Data extracts below:

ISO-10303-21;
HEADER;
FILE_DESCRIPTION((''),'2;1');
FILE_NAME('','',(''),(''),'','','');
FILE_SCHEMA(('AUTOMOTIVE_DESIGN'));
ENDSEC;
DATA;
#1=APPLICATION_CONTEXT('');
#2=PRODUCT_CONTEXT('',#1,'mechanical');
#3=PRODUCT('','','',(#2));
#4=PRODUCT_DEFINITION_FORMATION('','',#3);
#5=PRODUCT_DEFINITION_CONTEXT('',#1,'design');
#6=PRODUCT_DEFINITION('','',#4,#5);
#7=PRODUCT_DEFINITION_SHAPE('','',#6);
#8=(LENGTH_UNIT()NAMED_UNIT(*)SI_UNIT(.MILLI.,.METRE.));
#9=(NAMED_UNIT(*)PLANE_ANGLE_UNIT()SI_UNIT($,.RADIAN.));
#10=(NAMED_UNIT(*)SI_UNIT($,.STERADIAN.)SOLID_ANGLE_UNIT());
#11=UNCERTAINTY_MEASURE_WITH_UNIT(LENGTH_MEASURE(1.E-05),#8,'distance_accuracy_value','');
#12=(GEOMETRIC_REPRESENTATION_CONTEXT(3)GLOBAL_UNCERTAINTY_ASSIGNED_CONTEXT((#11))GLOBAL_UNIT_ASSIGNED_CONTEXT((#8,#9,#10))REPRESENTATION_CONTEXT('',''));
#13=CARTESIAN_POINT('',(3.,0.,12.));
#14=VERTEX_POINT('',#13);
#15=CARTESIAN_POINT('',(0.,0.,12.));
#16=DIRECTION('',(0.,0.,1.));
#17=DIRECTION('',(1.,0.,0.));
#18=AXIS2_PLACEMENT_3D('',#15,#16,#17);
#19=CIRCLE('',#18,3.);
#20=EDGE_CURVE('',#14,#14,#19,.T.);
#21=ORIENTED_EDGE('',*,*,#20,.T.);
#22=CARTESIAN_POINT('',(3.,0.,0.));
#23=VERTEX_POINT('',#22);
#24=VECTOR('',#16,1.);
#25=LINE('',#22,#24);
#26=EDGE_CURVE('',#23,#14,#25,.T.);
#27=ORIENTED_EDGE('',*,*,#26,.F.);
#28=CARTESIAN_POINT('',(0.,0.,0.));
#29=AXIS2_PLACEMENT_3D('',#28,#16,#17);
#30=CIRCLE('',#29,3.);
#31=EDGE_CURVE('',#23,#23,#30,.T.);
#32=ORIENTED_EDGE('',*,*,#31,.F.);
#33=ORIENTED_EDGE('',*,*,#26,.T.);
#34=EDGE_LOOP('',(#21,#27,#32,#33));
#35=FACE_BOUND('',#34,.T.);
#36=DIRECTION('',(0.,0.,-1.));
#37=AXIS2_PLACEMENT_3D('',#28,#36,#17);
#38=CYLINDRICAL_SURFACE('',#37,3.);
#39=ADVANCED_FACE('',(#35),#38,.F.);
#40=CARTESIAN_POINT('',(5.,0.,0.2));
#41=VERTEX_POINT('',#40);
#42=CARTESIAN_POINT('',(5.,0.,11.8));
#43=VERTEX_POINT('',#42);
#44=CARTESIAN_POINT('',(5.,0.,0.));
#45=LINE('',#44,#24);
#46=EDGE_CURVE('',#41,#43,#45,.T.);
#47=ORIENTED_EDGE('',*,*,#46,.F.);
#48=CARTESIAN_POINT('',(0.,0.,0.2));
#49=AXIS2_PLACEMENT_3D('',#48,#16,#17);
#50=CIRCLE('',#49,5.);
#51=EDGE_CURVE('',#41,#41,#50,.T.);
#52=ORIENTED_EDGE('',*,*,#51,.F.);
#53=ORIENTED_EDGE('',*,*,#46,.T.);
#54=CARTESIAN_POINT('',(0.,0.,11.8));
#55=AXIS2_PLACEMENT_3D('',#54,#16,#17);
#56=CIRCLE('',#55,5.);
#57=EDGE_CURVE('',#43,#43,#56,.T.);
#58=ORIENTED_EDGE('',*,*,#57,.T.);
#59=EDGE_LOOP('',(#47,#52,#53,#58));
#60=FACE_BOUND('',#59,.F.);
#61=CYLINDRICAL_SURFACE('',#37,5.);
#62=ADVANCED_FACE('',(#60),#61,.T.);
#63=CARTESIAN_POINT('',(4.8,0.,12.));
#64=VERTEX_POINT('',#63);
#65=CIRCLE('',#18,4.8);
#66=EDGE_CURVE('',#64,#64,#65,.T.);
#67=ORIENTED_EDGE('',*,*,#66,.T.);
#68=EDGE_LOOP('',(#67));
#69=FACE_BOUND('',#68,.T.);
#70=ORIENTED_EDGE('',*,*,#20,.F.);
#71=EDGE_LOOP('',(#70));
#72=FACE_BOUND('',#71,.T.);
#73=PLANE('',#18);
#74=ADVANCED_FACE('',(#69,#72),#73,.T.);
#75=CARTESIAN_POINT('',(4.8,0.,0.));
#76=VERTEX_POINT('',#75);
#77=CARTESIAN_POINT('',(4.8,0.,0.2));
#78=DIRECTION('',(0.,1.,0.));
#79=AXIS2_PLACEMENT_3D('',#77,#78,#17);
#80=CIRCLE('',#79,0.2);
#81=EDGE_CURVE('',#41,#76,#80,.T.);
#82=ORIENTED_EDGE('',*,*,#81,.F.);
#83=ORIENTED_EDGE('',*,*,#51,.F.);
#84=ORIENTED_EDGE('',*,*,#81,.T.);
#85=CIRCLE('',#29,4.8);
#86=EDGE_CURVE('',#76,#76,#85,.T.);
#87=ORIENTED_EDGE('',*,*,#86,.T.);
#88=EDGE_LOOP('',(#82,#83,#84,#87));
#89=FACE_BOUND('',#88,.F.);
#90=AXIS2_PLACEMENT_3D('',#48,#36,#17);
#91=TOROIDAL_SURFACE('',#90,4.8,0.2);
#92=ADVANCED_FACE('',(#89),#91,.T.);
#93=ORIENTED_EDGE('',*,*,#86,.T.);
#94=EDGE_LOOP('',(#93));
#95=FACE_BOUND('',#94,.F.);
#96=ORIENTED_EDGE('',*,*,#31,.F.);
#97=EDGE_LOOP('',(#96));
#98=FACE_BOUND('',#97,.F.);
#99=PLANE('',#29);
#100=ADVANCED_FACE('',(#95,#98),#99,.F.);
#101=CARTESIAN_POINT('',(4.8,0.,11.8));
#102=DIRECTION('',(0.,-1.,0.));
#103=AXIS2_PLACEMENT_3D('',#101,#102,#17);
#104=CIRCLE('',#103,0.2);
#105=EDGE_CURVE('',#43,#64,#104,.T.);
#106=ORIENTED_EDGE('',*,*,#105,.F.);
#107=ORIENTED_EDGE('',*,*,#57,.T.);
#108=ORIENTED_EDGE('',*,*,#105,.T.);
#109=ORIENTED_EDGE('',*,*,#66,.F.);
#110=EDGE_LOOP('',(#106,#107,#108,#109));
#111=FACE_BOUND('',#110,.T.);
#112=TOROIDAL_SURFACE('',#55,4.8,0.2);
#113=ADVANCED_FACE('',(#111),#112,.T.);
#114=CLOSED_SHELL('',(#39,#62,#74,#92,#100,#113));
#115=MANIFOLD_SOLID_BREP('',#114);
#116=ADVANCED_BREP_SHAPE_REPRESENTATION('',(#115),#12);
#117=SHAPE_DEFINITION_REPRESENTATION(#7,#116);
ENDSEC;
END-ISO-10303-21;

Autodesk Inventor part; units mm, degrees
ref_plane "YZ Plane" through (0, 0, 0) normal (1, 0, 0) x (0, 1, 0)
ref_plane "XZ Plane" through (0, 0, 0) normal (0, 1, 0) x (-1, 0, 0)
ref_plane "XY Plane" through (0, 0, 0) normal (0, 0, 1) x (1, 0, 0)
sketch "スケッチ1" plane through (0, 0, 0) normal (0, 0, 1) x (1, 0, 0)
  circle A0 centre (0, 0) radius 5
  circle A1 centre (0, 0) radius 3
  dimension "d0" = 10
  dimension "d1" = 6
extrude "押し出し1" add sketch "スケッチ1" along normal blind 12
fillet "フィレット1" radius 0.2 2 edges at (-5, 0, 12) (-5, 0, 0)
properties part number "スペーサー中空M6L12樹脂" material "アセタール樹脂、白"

End of Data extracts.
Data extracts below:

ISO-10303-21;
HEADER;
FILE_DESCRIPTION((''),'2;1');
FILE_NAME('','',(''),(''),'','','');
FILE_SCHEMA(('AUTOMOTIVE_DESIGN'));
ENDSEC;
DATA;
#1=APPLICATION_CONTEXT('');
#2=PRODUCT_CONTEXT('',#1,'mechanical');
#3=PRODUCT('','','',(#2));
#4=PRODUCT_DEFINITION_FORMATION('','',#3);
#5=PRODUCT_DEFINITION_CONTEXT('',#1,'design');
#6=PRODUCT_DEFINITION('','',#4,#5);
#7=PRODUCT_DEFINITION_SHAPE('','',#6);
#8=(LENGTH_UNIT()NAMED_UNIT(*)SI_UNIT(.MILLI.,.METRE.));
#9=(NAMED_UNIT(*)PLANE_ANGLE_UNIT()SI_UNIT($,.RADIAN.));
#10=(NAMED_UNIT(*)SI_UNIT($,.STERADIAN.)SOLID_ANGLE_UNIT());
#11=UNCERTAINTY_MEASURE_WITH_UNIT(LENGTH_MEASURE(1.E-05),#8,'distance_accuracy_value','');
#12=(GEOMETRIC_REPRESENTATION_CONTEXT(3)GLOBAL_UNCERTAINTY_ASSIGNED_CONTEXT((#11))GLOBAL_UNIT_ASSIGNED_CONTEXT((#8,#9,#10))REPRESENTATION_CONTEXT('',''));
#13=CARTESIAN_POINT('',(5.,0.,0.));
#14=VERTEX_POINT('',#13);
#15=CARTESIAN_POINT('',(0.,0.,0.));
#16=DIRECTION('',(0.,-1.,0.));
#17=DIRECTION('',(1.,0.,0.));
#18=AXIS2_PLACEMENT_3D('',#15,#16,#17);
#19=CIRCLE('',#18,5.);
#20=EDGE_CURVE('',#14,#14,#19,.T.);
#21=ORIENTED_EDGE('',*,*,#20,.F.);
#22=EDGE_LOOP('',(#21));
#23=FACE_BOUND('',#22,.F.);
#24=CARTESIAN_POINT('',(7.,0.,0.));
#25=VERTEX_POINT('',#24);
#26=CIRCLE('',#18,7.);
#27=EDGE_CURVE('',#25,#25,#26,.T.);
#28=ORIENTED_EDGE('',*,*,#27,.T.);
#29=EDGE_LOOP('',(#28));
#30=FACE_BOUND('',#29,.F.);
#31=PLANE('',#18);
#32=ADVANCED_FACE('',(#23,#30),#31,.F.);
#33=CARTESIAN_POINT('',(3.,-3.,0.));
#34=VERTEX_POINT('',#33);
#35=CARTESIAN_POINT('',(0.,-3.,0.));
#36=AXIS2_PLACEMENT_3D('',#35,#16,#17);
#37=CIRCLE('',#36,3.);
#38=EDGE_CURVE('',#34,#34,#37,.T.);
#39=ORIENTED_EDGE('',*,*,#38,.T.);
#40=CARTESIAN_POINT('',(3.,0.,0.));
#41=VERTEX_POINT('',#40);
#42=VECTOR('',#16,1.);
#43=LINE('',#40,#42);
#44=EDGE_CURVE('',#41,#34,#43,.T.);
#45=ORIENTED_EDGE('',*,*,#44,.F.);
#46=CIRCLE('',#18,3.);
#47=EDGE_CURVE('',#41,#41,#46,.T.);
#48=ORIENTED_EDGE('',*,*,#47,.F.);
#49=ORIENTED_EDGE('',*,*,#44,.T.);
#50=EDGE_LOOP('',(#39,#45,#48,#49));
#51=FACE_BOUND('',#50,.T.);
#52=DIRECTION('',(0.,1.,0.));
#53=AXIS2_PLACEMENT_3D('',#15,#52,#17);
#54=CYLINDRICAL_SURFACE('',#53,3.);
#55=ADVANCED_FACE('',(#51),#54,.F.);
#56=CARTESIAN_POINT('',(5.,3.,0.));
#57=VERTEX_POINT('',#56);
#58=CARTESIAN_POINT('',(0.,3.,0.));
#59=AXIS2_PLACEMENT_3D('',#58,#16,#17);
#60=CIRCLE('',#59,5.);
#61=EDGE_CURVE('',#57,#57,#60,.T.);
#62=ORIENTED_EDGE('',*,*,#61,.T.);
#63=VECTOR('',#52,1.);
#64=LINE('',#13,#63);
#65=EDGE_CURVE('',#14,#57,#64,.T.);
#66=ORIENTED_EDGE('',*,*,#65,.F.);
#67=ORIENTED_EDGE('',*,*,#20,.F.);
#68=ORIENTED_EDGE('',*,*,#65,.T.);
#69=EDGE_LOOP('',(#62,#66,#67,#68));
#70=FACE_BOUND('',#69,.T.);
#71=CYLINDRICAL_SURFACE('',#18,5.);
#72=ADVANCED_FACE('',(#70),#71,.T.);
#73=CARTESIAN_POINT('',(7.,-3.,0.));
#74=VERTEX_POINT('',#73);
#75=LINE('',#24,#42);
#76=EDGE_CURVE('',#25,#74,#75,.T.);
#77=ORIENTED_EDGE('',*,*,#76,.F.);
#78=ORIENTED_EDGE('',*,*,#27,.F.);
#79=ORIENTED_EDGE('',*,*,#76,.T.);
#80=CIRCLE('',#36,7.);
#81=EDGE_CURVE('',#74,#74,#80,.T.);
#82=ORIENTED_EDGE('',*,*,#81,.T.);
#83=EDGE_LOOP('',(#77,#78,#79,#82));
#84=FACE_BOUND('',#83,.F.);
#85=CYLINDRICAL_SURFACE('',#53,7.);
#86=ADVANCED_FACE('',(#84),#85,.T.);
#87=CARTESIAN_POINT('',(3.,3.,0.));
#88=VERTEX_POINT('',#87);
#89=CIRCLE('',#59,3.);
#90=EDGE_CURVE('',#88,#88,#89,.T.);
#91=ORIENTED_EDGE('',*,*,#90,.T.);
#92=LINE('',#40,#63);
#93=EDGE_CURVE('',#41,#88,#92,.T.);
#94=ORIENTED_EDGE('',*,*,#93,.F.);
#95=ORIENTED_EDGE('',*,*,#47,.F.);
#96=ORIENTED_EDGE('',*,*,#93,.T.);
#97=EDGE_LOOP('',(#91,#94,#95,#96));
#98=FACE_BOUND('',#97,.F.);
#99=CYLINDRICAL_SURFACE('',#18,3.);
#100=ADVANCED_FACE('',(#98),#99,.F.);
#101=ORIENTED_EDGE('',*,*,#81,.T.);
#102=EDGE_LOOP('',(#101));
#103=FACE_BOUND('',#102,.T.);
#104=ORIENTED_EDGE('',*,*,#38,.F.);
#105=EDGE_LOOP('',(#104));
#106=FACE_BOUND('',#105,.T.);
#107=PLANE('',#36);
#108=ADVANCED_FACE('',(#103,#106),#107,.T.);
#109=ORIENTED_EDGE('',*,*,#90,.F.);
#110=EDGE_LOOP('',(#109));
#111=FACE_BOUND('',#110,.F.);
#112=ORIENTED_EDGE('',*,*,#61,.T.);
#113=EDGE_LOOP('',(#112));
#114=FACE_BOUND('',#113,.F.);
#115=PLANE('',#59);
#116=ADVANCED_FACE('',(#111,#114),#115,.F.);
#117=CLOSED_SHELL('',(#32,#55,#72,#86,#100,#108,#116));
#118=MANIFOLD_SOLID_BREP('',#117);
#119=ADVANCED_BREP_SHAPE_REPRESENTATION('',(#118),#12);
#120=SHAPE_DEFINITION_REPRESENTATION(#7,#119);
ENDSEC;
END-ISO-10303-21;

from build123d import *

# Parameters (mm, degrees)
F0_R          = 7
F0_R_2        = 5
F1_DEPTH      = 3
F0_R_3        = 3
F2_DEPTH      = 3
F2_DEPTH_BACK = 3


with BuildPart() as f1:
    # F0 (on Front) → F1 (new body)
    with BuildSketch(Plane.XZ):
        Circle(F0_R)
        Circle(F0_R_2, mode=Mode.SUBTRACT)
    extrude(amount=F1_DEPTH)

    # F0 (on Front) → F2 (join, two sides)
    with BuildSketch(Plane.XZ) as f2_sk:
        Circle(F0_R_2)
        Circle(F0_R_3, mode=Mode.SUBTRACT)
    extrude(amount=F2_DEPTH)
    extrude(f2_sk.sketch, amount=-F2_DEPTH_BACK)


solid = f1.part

End of Data extracts.

All that is wanted is the stretch of lines above from the one containing "#97=EDGE_LOOP('',(#91,#94,#95,#96));" through the one containing "#109=ORIENTED_EDGE('',*,*,#90,.F.);", duplicated exactly.

Expected answer>
#97=EDGE_LOOP('',(#91,#94,#95,#96));
#98=FACE_BOUND('',#97,.F.);
#99=CYLINDRICAL_SURFACE('',#18,3.);
#100=ADVANCED_FACE('',(#98),#99,.F.);
#101=ORIENTED_EDGE('',*,*,#81,.T.);
#102=EDGE_LOOP('',(#101));
#103=FACE_BOUND('',#102,.T.);
#104=ORIENTED_EDGE('',*,*,#38,.F.);
#105=EDGE_LOOP('',(#104));
#106=FACE_BOUND('',#105,.T.);
#107=PLANE('',#36);
#108=ADVANCED_FACE('',(#103,#106),#107,.T.);
#109=ORIENTED_EDGE('',*,*,#90,.F.);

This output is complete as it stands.